Classpath
hit 98% of 1.4 today, and I think we’ll see another big bump
tomorrow since the XMLEncoder patch went in today. I think we’re in
the 90s against 1.5, though it is hard to say since there hasn’t been
a branch merge in quite a while. Of course, japi isn’t the final word
on how we’re doing, which is why Mark is going to talk
about this at FOSDEM.
The coming year looks as though it will be a very good one for gcj
and Classpath. I think we’ll finish 1.5.
Netx Hacking
I’ve been doing a little hacking on netx lately.
netx is a java web start implementation; this is a way of bundling a
java application so that you can click on a link in the browser and
have the application automatically download and execute. I set out to
make netx a bit friendlier for Linux use.

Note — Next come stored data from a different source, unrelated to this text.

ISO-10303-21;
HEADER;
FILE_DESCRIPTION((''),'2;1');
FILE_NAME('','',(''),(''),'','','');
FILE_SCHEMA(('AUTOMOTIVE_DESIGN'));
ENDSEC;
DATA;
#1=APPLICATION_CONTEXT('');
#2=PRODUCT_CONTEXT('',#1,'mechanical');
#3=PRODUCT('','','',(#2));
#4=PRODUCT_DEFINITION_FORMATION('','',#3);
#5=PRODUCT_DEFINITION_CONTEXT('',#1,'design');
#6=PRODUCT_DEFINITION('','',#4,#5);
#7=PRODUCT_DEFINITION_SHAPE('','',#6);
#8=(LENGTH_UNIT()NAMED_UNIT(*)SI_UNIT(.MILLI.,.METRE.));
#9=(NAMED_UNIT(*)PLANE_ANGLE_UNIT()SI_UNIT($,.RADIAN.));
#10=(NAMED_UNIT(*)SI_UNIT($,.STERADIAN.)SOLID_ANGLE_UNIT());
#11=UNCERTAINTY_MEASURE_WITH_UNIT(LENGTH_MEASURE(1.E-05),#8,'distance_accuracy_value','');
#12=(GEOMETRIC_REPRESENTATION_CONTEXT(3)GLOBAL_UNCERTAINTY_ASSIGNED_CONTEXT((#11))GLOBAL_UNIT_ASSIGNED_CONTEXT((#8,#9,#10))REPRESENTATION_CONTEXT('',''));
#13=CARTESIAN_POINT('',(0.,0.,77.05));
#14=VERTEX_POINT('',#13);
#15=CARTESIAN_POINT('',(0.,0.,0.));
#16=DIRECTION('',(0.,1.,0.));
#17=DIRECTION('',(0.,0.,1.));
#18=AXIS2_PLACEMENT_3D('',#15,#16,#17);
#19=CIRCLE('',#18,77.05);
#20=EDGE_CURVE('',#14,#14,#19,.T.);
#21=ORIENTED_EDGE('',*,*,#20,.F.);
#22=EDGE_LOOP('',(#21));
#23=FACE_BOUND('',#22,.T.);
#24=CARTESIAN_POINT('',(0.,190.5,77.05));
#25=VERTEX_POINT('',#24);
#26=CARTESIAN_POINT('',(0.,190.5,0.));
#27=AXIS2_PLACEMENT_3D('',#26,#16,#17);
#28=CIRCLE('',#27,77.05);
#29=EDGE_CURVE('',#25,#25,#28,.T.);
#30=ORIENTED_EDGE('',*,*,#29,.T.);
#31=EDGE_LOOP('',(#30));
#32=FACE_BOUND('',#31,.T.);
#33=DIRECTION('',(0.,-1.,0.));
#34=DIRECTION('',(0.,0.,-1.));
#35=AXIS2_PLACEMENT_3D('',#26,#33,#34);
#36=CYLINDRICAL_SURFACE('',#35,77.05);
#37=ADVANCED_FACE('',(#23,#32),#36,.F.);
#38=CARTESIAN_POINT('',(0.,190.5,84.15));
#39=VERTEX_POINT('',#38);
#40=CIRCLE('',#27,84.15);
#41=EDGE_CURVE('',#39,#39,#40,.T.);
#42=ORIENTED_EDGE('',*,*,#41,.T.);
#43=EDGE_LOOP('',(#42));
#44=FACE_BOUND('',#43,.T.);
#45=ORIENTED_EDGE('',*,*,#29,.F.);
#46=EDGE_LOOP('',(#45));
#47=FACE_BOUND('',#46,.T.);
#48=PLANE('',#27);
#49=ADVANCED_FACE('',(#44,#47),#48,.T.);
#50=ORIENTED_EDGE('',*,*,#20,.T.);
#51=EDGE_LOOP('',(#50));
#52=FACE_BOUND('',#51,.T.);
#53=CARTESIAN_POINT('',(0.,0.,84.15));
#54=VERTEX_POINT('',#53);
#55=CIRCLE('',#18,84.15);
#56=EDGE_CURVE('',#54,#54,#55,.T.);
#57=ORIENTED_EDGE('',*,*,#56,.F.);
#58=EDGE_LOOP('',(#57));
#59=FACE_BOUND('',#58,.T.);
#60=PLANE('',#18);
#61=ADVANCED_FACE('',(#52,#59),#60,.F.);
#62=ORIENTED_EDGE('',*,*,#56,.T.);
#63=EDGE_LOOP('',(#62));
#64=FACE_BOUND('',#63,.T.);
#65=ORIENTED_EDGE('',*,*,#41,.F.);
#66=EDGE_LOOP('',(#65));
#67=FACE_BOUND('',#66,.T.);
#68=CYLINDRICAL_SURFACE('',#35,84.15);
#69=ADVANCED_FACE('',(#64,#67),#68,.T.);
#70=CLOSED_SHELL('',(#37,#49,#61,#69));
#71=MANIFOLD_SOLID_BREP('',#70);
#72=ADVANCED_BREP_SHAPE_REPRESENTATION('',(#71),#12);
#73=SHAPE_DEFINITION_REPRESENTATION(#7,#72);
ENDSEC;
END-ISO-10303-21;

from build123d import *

# Parameters (mm, degrees)
SKETCH1_R           = 84.15
SKETCH1_R_2         = 77.05
BOSS_EXTRUDE1_DEPTH = 190.5


with BuildPart() as part:
    # Sketch1 → Boss-Extrude1 (new body)
    with BuildSketch(Plane(origin=(0, 0, 0), x_dir=(1, 0, 0), z_dir=(0, 1, 0))):
        with Locations(Location((0, 0, 0), (0, 0, 270))):
            Circle(SKETCH1_R)
        with Locations(Location((0, 0, 0), (0, 0, 270))):
            Circle(SKETCH1_R_2, mode=Mode.SUBTRACT)
    extrude(amount=BOSS_EXTRUDE1_DEPTH)


solid = part.part
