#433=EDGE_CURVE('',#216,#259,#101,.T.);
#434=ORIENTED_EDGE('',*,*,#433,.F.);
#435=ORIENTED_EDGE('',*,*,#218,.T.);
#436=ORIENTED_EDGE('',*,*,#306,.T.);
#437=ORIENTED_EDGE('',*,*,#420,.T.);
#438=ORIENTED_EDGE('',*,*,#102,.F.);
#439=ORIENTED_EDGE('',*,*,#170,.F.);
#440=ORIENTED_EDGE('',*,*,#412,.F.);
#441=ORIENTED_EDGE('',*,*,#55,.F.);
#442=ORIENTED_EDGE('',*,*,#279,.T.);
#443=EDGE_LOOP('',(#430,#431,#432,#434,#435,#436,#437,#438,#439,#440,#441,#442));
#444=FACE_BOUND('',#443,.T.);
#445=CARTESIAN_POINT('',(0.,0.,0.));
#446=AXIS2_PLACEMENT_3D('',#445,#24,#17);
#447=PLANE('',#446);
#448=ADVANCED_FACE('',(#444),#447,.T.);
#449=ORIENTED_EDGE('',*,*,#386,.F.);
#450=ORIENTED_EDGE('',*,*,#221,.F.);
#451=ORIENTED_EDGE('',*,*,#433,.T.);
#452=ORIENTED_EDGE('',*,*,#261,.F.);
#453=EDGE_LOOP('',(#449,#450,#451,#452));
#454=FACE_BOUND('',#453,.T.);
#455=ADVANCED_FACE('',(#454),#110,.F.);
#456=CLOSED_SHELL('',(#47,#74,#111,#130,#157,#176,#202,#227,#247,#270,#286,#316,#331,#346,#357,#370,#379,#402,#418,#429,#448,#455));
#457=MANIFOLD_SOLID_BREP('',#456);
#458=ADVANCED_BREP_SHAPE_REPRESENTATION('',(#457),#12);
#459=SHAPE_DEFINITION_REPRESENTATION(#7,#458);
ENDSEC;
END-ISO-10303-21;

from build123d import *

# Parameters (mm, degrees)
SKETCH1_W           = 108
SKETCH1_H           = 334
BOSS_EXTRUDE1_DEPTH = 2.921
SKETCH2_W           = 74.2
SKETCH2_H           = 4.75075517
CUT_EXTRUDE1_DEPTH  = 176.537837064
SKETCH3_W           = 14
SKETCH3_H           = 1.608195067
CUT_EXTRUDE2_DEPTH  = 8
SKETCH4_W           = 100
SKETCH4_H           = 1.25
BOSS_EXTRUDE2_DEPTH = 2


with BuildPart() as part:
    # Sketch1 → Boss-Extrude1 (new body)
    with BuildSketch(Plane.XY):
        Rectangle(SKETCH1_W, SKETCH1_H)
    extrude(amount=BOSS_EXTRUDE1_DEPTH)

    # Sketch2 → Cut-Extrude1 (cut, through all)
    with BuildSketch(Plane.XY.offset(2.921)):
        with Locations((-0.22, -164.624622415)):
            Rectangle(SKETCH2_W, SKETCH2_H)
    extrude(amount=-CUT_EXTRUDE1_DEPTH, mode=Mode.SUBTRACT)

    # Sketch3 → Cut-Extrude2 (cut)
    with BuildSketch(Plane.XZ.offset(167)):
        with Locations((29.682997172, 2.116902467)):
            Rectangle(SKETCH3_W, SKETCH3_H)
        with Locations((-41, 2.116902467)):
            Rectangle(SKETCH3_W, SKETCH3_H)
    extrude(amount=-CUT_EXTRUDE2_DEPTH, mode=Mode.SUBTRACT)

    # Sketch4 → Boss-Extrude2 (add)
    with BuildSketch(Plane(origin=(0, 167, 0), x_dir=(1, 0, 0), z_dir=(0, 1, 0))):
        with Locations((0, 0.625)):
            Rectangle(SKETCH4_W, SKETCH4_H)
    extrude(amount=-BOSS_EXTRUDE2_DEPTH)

My first goal is to make it integrate more nicely with the panel
and the desktop. My idea was to make it so the user can drag a JNLP
link from Mozilla to the panel, and netx would invisibly download the
application, install it, and make a .desktop file for future launches.
The reason to download immediately is that this lets you disconnect
your laptop from the network and still have the application work.
I’ve got a patch to let netx download the application and make a
desktop file. This works great. I’m not sure how to do the next
step, namely integrate with Mozilla and the panel; something to
research.
My test app, by the way, is iRATE radio, which is pretty
cool and worth a look. Thanks to Anthony for pointing it out to
me.
The next idea I had was to make netx a bit friendlier if the
network isn’t up — instead of trying to update an application and
timing out, it should use DBus to discover whether the network is up,
and, if not, skip the check. I looked at the Java DBus bindings and
I don’t see any big problem here, except that I’m still running DBus
0.50 and the bindings want 0.60.
My final thought for netx was to have it gcj-compile jar files as
it downloads them. This isn’t super-friendly though… what I would
really prefer to see here is a push forward on gcc+llvm, so we could
have both AOT and JIT compilation for gcj. More on this later.